1. 程式人生 > >sklearn--交叉驗證

sklearn--交叉驗證

摘錄官網上一些容易混淆的概念、函式介紹。

When evaluating different settings (“hyperparameters”) for estimators, such as the C setting that must be manually set for an SVM, there is still a risk of overfitting on the test set because the parameters can be tweaked until the estimator performs optimally. This way, knowledge about the test set can “leak” into the model and evaluation metrics no longer report on generalization performance. To solve this problem, yet another part of the dataset can be held out as a so-called “validation set”

: training proceeds on the training set, after which evaluation is done on the validation set, and when the experiment seems to be successful, final evaluation can be done on the test set.

However, by partitioning the available data into three sets, we drastically reduce the number of samples which can be used for learning the model, and the results can depend on a particular random choice for the pair of (train, validation) sets.

A solution to this problem is a procedure called cross-validation (CV for short). A test set should still be held out for final evaluation, but the validation set is no longer needed when doing CV. In the basic approach, called k-fold CV, the training set is split into k smaller sets.

The performance measure reported by k-fold cross-validation is then the average of the values computed in the loop.

This approach can be computationally expensive, but does not waste too much data (as it is the case when fixing an arbitrary test set), which is a major advantage in problem such as inverse inference where the number of samples is very small.

The cross_validate function and multiple metric evaluation

The cross_validate function differs from cross_val_score in two ways:

  • It allows specifying multiple metrics for evaluation.
  • It returns a dict containing training scores, fit-times and score-times in addition to the test score.
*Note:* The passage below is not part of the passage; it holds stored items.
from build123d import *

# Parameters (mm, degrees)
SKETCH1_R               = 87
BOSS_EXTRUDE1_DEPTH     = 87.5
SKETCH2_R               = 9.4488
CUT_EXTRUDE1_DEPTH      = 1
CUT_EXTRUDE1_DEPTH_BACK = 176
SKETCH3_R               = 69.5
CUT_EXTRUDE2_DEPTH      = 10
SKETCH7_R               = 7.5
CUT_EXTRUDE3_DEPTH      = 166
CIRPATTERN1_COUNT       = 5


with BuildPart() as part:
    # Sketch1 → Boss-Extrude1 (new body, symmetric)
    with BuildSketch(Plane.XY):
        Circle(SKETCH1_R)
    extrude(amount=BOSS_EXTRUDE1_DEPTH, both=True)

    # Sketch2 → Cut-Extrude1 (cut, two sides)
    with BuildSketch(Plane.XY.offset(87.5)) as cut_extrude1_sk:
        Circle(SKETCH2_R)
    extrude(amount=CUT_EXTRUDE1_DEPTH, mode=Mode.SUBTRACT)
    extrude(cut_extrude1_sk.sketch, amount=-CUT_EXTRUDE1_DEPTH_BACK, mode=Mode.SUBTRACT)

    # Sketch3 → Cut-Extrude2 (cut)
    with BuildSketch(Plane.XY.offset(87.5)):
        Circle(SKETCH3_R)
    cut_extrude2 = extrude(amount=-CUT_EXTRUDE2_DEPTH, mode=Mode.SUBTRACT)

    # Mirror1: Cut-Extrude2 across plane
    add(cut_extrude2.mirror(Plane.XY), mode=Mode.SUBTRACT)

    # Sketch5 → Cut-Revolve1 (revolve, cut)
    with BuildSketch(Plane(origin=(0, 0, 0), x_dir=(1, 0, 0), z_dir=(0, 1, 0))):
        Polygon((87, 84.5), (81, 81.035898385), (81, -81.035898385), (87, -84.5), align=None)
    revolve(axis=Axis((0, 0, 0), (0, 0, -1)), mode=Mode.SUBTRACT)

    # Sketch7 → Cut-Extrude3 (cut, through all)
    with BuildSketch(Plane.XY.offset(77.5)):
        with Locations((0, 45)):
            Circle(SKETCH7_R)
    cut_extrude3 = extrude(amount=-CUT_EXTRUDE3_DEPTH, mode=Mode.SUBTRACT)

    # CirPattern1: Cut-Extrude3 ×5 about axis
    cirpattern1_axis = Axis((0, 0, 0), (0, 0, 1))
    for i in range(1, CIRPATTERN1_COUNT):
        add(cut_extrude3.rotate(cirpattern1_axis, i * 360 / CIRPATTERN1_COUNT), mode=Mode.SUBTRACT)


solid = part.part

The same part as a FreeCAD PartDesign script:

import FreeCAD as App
import Part
import Sketcher
from FreeCAD import Vector
Q = App.Units.Quantity


def add_polygon(sketch, points):
    """Adds a closed chain of lines whose ends are joined by coincident constraints."""
    first, n = sketch.GeometryCount, len(points)
    for a, b in zip(points, points[1:] + points[:1]):
        sketch.addGeometry(Part.LineSegment(App.Vector(*a, 0), App.Vector(*b, 0)), False)
    for i in range(n):
        sketch.addConstraint(Sketcher.Constraint("Coincident", first + i, 2, first + (i + 1) % n, 1))

doc = App.newDocument("Part")
body = doc.addObject("PartDesign::Body", "Body")

# Sketch on XY plane
sketch1 = body.newObject("Sketcher::SketchObject", "Sketch")
sketch1.AttachmentSupport = (doc.getObject("XY_Plane"), [""])
sketch1.MapMode = "FlatFace"
sketch1.addGeometry(Part.Circle(Vector(0, 0, 0), Vector(0, 0, 1), 87), False)
sketch1.addConstraint(Sketcher.Constraint("Coincident", 0, 3, -1, 1))
sketch1.addConstraint(Sketcher.Constraint("Diameter", 0, Q("174 mm")))
pad1 = body.newObject("PartDesign::Pad", "Pad")
pad1.Profile = sketch1
pad1.Length = 175
pad1.Midplane = True

# Sketch on XY plane
sketch2 = body.newObject("Sketcher::SketchObject", "Sketch001")
sketch2.AttachmentSupport = (doc.getObject("XY_Plane"), [""])
sketch2.MapMode = "FlatFace"
sketch2.AttachmentOffset = App.Placement(Vector(0, 0, 87.5), App.Rotation())
sketch2.addGeometry(Part.Circle(Vector(0, 0, 0), Vector(0, 0, 1), 9), False)
sketch2.addConstraint(Sketcher.Constraint("Coincident", 0, 3, -1, 1))
sketch2.addConstraint(Sketcher.Constraint("Diameter", 0, Q("18.8976 mm")))
pocket1 = body.newObject("PartDesign::Pocket", "Pocket")
pocket1.Profile = sketch2
pocket1.Type = "ThroughAll"
pocket1.Midplane = True

# Sketch on XY plane
sketch3 = body.newObject("Sketcher::SketchObject", "Sketch002")
sketch3.AttachmentSupport = (doc.getObject("XY_Plane"), [""])
sketch3.MapMode = "FlatFace"
sketch3.AttachmentOffset = App.Placement(Vector(0, 0, 87.5), App.Rotation())
sketch3.addGeometry(Part.Circle(Vector(0, 0, 0), Vector(0, 0, 1), 70), False)
sketch3.addConstraint(Sketcher.Constraint("Coincident", 0, 3, -1, 1))
sketch3.addConstraint(Sketcher.Constraint("Diameter", 0, Q("139 mm")))
pocket2 = body.newObject("PartDesign::Pocket", "Pocket001")
pocket2.Profile = sketch3
pocket2.Length = 10
doc.recompute()

mirrored = body.newObject("PartDesign::Mirrored", "Mirrored")
mirrored.Originals = [pocket2]
mirrored.MirrorPlane = (doc.getObject("XY_Plane"), [""])
body.Tip = mirrored

# Sketch on XZ plane
sketch4 = body.newObject("Sketcher::SketchObject", "Sketch003")
sketch4.AttachmentSupport = (doc.getObject("XZ_Plane"), [""])
sketch4.MapMode = "FlatFace"
add_polygon(sketch4, [(87, -84), (81, -81), (81, 81), (87, 84)])  # lines 0-3
sketch4.addConstraint(Sketcher.Constraint("Vertical", 1))
sketch4.addConstraint(Sketcher.Constraint("Vertical", 3))
sketch4.addConstraint(Sketcher.Constraint("Equal", 0, 2))
sketch4.addConstraint(Sketcher.Constraint("DistanceY", 3, 2, 3, 1, Q("169 mm")))
sketch4.addConstraint(Sketcher.Constraint("Angle", 0, Q("150 deg")))
sketch4.addConstraint(Sketcher.Constraint("DistanceX", -1, 1, 0, 2, Q("81 mm")))
sketch4.addConstraint(Sketcher.Constraint("DistanceX", -1, 1, 2, 2, Q("87 mm")))
sketch4.addConstraint(Sketcher.Constraint("DistanceY", -1, 1, 2, 2, Q("84.5 mm")))
groove = body.newObject("PartDesign::Groove", "Groove")
groove.Profile = sketch4
groove.ReferenceAxis = (sketch4, ["V_Axis"])
groove.Angle = 360

# Sketch on XY plane
sketch5 = body.newObject("Sketcher::SketchObject", "Sketch004")
sketch5.AttachmentSupport = (doc.getObject("XY_Plane"), [""])
sketch5.MapMode = "FlatFace"
sketch5.AttachmentOffset = App.Placement(Vector(0, 0, 77.5), App.Rotation())
sketch5.addGeometry(Part.Circle(Vector(0, 45, 0), Vector(0, 0, 1), 8), False)
sketch5.addConstraint(Sketcher.Constraint("PointOnObject", 0, 3, -2))
sketch5.addConstraint(Sketcher.Constraint("Diameter", 0, Q("15 mm")))
sketch5.addConstraint(Sketcher.Constraint("DistanceY", -1, 1, 0, 3, Q("45 mm")))
pocket3 = body.newObject("PartDesign::Pocket", "Pocket002")
pocket3.Profile = sketch5
pocket3.Type = "ThroughAll"
doc.recompute()

polarpattern = body.newObject("PartDesign::PolarPattern", "PolarPattern")
polarpattern.Originals = [pocket3]
polarpattern.Axis = (doc.getObject("Z_Axis"), [""])
polarpattern.Angle = 360
polarpattern.Occurrences = 5
body.Tip = polarpattern

doc.recompute()
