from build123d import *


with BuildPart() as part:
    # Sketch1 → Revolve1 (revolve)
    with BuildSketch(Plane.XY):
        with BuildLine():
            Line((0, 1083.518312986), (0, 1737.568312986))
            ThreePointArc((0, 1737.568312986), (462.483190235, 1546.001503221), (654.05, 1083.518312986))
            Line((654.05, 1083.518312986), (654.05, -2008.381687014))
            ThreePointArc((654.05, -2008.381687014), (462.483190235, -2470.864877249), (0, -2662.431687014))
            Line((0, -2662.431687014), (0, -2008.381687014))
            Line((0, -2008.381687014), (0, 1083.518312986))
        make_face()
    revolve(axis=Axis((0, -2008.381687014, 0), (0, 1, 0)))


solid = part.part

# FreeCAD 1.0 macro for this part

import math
import FreeCAD as App
import Part
import Sketcher

V = App.Vector

doc = App.newDocument("Part")
params = doc.addObject("Spreadsheet::Sheet", "Params")
for row, (alias, value) in enumerate([
    ("sketch1_height", "4400 mm"),
    ("sketch1_radius", "654.05 mm"),
    ("revolution_angle", "360 deg"),
], start=1):
    params.set(f"A{row}", alias)
    params.set(f"B{row}", "=" + value)
    params.setAlias(f"B{row}", alias)

body = doc.addObject("PartDesign::Body", "Body")

# Sketch on XY plane
sketch1 = body.newObject("Sketcher::SketchObject", "Sketch")
sketch1.AttachmentSupport = (doc.getObject("XY_Plane"), [""])
sketch1.MapMode = "FlatFace"
sketch1.addGeometry([
    Part.ArcOfCircle(Part.Circle(V(0, 1084, 0), V(0, 0, 1), 654), math.radians(0), math.radians(90)),
    Part.LineSegment(V(0, 1738, 0), V(0, -2662, 0)),
    Part.ArcOfCircle(Part.Circle(V(0, -2008, 0), V(0, 0, 1), 654), math.radians(-90), math.radians(0)),
    Part.LineSegment(V(654, -2008, 0), V(654, 1084, 0)),
], False)
sketch1.addConstraint([
    Sketcher.Constraint("Coincident", 0, 2, 1, 1),
    Sketcher.Constraint("Coincident", 1, 2, 2, 1),
    Sketcher.Constraint("Tangent", 2, 2, 3, 1),
    Sketcher.Constraint("Tangent", 3, 2, 0, 1),
    Sketcher.Constraint("Vertical", 1),
    Sketcher.Constraint("Vertical", 3),
    Sketcher.Constraint("Equal", 0, 2),
    Sketcher.Constraint("PointOnObject", 0, 3, -2),
    Sketcher.Constraint("PointOnObject", 1, 2, -2),
    Sketcher.Constraint("DistanceY", 1, 2, 1, 1, 4400.0),
    Sketcher.Constraint("Radius", 0, 654.05),
    Sketcher.Constraint("DistanceY", -1, 1, 0, 3, 1083.518313),
])
sketch1.setExpression("Constraints[9]", "Params.sketch1_height")
sketch1.setExpression("Constraints[10]", "Params.sketch1_radius")
revolution = body.newObject("PartDesign::Revolution", "Revolution")
revolution.Profile = sketch1
revolution.ReferenceAxis = (sketch1, ["V_Axis"])
revolution.setExpression("Angle", "Params.revolution_angle")

doc.recompute()
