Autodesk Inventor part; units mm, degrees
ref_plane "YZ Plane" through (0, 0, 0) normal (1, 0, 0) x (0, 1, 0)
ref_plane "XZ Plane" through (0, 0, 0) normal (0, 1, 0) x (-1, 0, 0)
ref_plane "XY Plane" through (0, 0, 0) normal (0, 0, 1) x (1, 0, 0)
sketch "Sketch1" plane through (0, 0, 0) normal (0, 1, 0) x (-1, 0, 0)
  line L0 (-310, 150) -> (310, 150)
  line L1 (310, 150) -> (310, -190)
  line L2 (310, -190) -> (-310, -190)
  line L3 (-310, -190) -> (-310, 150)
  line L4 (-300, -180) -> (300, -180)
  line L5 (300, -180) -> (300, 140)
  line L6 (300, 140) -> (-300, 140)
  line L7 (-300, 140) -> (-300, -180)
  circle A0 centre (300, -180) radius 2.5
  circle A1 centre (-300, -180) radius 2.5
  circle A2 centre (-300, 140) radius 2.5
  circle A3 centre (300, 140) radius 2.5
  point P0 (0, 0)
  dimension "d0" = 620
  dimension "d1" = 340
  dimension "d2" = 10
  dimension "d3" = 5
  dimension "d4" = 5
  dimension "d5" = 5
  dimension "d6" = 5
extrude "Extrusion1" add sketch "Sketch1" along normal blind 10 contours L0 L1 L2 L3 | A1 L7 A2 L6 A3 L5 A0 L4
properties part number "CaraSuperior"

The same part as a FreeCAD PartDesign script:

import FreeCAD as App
import Part
import Sketcher
Q = App.Units.Quantity


def add_polygon(sketch, points):
    """Adds a closed chain of lines whose ends are joined by coincident constraints."""
    first, n = sketch.GeometryCount, len(points)
    for a, b in zip(points, points[1:] + points[:1]):
        sketch.addGeometry(Part.LineSegment(App.Vector(*a, 0), App.Vector(*b, 0)), False)
    for i in range(n):
        sketch.addConstraint(Sketcher.Constraint("Coincident", first + i, 2, first + (i + 1) % n, 1))

doc = App.newDocument("Part")
body = doc.addObject("PartDesign::Body", "Body")

sketch1 = body.newObject("Sketcher::SketchObject", "Sketch")
sketch1.AttachmentSupport = (doc.getObject("XZ_Plane"), [""])
sketch1.MapMode = "FlatFace"
add_polygon(sketch1, [(-310, 150), (310, 150), (310, -190), (-310, -190)])
sketch1.addGeometry(Part.Circle(App.Vector(-300, -180, 0), App.Vector(0, 0, 1), 2.5), False)
sketch1.addGeometry(Part.Circle(App.Vector(-300, 140, 0), App.Vector(0, 0, 1), 2.5), False)
sketch1.addGeometry(Part.Circle(App.Vector(300, 140, 0), App.Vector(0, 0, 1), 2.5), False)
sketch1.addGeometry(Part.Circle(App.Vector(300, -180, 0), App.Vector(0, 0, 1), 2.5), False)
sketch1.addConstraint([
    Sketcher.Constraint("Horizontal", 0),
    Sketcher.Constraint("Vertical", 1),
    Sketcher.Constraint("Horizontal", 2),
    Sketcher.Constraint("Vertical", 3),
    Sketcher.Constraint("Equal", 4, 5),
    Sketcher.Constraint("Equal", 5, 6),
    Sketcher.Constraint("Equal", 6, 7),
    Sketcher.Constraint("Symmetric", 5, 3, 6, 3, -2),
    Sketcher.Constraint("Symmetric", 4, 3, 7, 3, -2),
    Sketcher.Constraint("Vertical", 4, 3, 5, 3),
    Sketcher.Constraint("Diameter", 4, Q("5 mm")),
    Sketcher.Constraint("DistanceX", 0, 1, 0, 2, Q("620 mm")),
    Sketcher.Constraint("DistanceY", 1, 2, 1, 1, Q("340 mm")),
    Sketcher.Constraint("DistanceX", 6, 3, 0, 2, Q("10 mm")),
    Sketcher.Constraint("DistanceY", 6, 3, 0, 2, Q("10 mm")),
    Sketcher.Constraint("DistanceY", 1, 2, 7, 3, Q("10 mm")),
    Sketcher.Constraint("DistanceX", 2, 2, 4, 3, Q("10 mm")),
    Sketcher.Constraint("DistanceY", 4, 3, -1, 1, Q("180 mm")),
])
pad1 = body.newObject("PartDesign::Pad", "Pad")
pad1.Profile = sketch1
pad1.Length = 10
pad1.Reversed = True

doc.recompute()
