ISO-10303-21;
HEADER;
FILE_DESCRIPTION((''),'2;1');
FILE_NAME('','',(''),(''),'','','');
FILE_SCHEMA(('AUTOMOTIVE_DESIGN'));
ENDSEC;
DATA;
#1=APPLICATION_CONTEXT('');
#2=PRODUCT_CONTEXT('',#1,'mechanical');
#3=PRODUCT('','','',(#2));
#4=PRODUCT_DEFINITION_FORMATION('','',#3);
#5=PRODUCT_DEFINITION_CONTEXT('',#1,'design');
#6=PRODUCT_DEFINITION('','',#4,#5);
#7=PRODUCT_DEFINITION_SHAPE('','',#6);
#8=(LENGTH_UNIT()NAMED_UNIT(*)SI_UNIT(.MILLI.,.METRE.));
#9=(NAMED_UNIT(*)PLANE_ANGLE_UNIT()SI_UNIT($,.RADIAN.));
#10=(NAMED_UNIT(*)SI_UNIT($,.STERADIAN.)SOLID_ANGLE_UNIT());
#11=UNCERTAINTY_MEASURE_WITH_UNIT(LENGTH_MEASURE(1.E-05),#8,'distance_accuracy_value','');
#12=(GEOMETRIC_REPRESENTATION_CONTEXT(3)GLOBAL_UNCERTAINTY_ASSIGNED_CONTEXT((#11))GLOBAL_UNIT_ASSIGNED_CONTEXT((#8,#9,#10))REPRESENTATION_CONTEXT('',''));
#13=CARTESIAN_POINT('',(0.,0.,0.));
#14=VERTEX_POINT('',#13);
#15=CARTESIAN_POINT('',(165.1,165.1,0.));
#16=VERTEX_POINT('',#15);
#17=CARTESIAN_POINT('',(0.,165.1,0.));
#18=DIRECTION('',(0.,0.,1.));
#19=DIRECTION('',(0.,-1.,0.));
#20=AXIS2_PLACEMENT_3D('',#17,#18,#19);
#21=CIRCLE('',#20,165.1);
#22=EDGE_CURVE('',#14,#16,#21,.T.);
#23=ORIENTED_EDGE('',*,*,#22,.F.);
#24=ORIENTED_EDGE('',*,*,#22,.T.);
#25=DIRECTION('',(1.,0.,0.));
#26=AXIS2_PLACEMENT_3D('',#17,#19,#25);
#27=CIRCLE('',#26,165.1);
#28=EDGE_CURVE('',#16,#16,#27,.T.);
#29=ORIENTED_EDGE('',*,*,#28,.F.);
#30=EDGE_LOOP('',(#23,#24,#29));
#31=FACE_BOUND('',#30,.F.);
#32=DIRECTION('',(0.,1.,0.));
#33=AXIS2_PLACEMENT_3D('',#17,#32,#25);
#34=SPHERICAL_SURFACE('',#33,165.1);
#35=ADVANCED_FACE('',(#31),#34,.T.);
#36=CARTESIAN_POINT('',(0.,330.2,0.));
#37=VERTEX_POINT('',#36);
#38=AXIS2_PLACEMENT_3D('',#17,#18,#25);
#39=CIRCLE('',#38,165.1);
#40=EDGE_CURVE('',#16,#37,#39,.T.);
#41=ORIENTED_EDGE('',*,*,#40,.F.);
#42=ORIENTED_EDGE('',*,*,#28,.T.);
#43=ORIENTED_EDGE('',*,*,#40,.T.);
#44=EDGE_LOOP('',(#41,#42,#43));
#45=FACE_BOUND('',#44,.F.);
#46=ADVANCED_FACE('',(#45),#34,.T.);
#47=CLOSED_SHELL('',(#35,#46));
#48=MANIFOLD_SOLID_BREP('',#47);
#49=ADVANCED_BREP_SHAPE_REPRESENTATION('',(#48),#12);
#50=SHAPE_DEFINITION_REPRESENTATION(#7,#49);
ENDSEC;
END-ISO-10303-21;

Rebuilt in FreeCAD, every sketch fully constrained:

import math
import FreeCAD as App
import Part
import Sketcher
from FreeCAD import Vector
Q = App.Units.Quantity

doc = App.newDocument("Part")
params = doc.addObject("Spreadsheet::Sheet", "Params")
for row, (alias, value) in enumerate([
    ("sketch1_radius", "6.5 in"),
    ("revolution_angle", "360 deg"),
], start=1):
    params.set(f"A{row}", alias)
    params.set(f"B{row}", "=" + value)
    params.setAlias(f"B{row}", alias)

body = doc.addObject("PartDesign::Body", "Body")

sketch1 = body.newObject("Sketcher::SketchObject", "Sketch")
sketch1.AttachmentSupport = (doc.getObject("XY_Plane"), [""])
sketch1.MapMode = "FlatFace"
sketch1.addGeometry([
    Part.ArcOfCircle(Part.Circle(Vector(0, 165, 0), Vector(0, 0, 1), 165), math.radians(-90), math.radians(0)),
    Part.ArcOfCircle(Part.Circle(Vector(0, 165, 0), Vector(0, 0, 1), 165), math.radians(0), math.radians(90)),
    Part.LineSegment(Vector(0, 330, 0), Vector(0, 0, 0)),
], False)
sketch1.addConstraint([
    Sketcher.Constraint("Tangent", 0, 2, 1, 1),
    Sketcher.Constraint("Coincident", 1, 2, 2, 1),
    Sketcher.Constraint("Coincident", 2, 2, 0, 1),
    Sketcher.Constraint("Vertical", 2),
    Sketcher.Constraint("Coincident", 2, 2, -1, 1),
    Sketcher.Constraint("Equal", 0, 1),
    Sketcher.Constraint("PointOnObject", 0, 3, -2),
    Sketcher.Constraint("Horizontal", 1, 3, 0, 2),
    Sketcher.Constraint("Radius", 0, Q("6.5 in")),
])
sketch1.setExpression("Constraints[8]", "Params.sketch1_radius")
revolution = body.newObject("PartDesign::Revolution", "Revolution")
revolution.Profile = sketch1
revolution.ReferenceAxis = (sketch1, ["V_Axis"])
revolution.setExpression("Angle", "Params.revolution_angle")

doc.recompute()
Obtaining predictions by cross-validation

The function cross_val_predict has a similar interface to cross_val_score, but returns, for each element in the input, the prediction that was obtained for that element when it was in the test set. Only cross-validation strategies that assign all elements to a test set exactly once can be used (otherwise, an exception is raised).
可以用來分析模型在哪些資料上預測效果不好

Nested cross-validation (CV) is often used to train a model in which hyperparameters also need to be optimized. Nested CV estimates the generalization error of the underlying model and its (hyper)parameter search. Choosing the parameters that maximize non-nested CV biases the model to the dataset, yielding an overly-optimistic score.

To avoid this problem, nested CV effectively uses a series of train/validation/test set splits. In the inner loop (here executed by GridSearchCV注:這裡個人覺得用自帶CV的函式也是可以的,比如RidgeCV), the score is approximately maximized by fitting a model to each training set, and then directly maximized in selecting (hyper)parameters over the validation set. In the outer loop (here in cross_val_score), generalization error is estimated by averaging test set scores over several dataset splits.

The example below uses a support vector classifier with a non-linear kernel to build a model with optimized hyperparameters by grid search. We compare the performance of non-nested and nested CV strategies by taking the difference between their scores.

圖1

3. Model selection: choosing estimators and their parameters — tutorial

scikit-learn provides an object that, given data, computes the score during the fit of an estimator on a parameter grid and chooses the parameters to maximize the cross-validation score.

By default, the GridSearchCV uses a 3-fold cross-validation. However, if it detects that a classifier is passed, rather than a regressor, it uses a stratified 3-fold.

Nested cross-validation(參2)

Two cross-validation loops are performed in parallel: one by the GridSearchCV estimator to set gamma and the other one by cross_val_score to measure the prediction performance of the estimator. The resulting scores are unbiased estimates of the prediction score on new data.

It is possible and recommended to search the hyper-parameter space for the best cross validation score. Any parameter provided when constructing an estimator may be optimized in this manner. Specifically, to find the names and current values for all parameters for a given estimator, use:

estimator.get_params()

Two generic approaches to sampling search candidates are provided in scikit-learn: for given values, GridSearchCV exhaustively considers all parameter combinations, while RandomizedSearchCV can sample a given number of candidates from a parameter space with a specified distribution.

Model specific cross-validation

Some models can fit data for a range of values of some parameter almost as efficiently as fitting the estimator for a single value of the parameter. This feature can be leveraged to perform a more efficient cross-validation used for model selection of this parameter.

比如RidgeCV,LassoCV等後面帶CV字樣的模型。

Information Criterion

Lasso model fit with Lars using BIC or AIC for model selection

Out of Bag Estimates

When using ensemble methods base upon bagging, i.e. generating new training sets using sampling with replacement, part of the training set remains unused. For each classifier in the ensemble, a different part of the training set is left out.

This left out portion can be used to estimate the generalization error without having to rely on a separate validation set. This estimate comes “for free” as no additional data is needed and can be used for model selection.

比如extra-trees regressor,random forest regressor.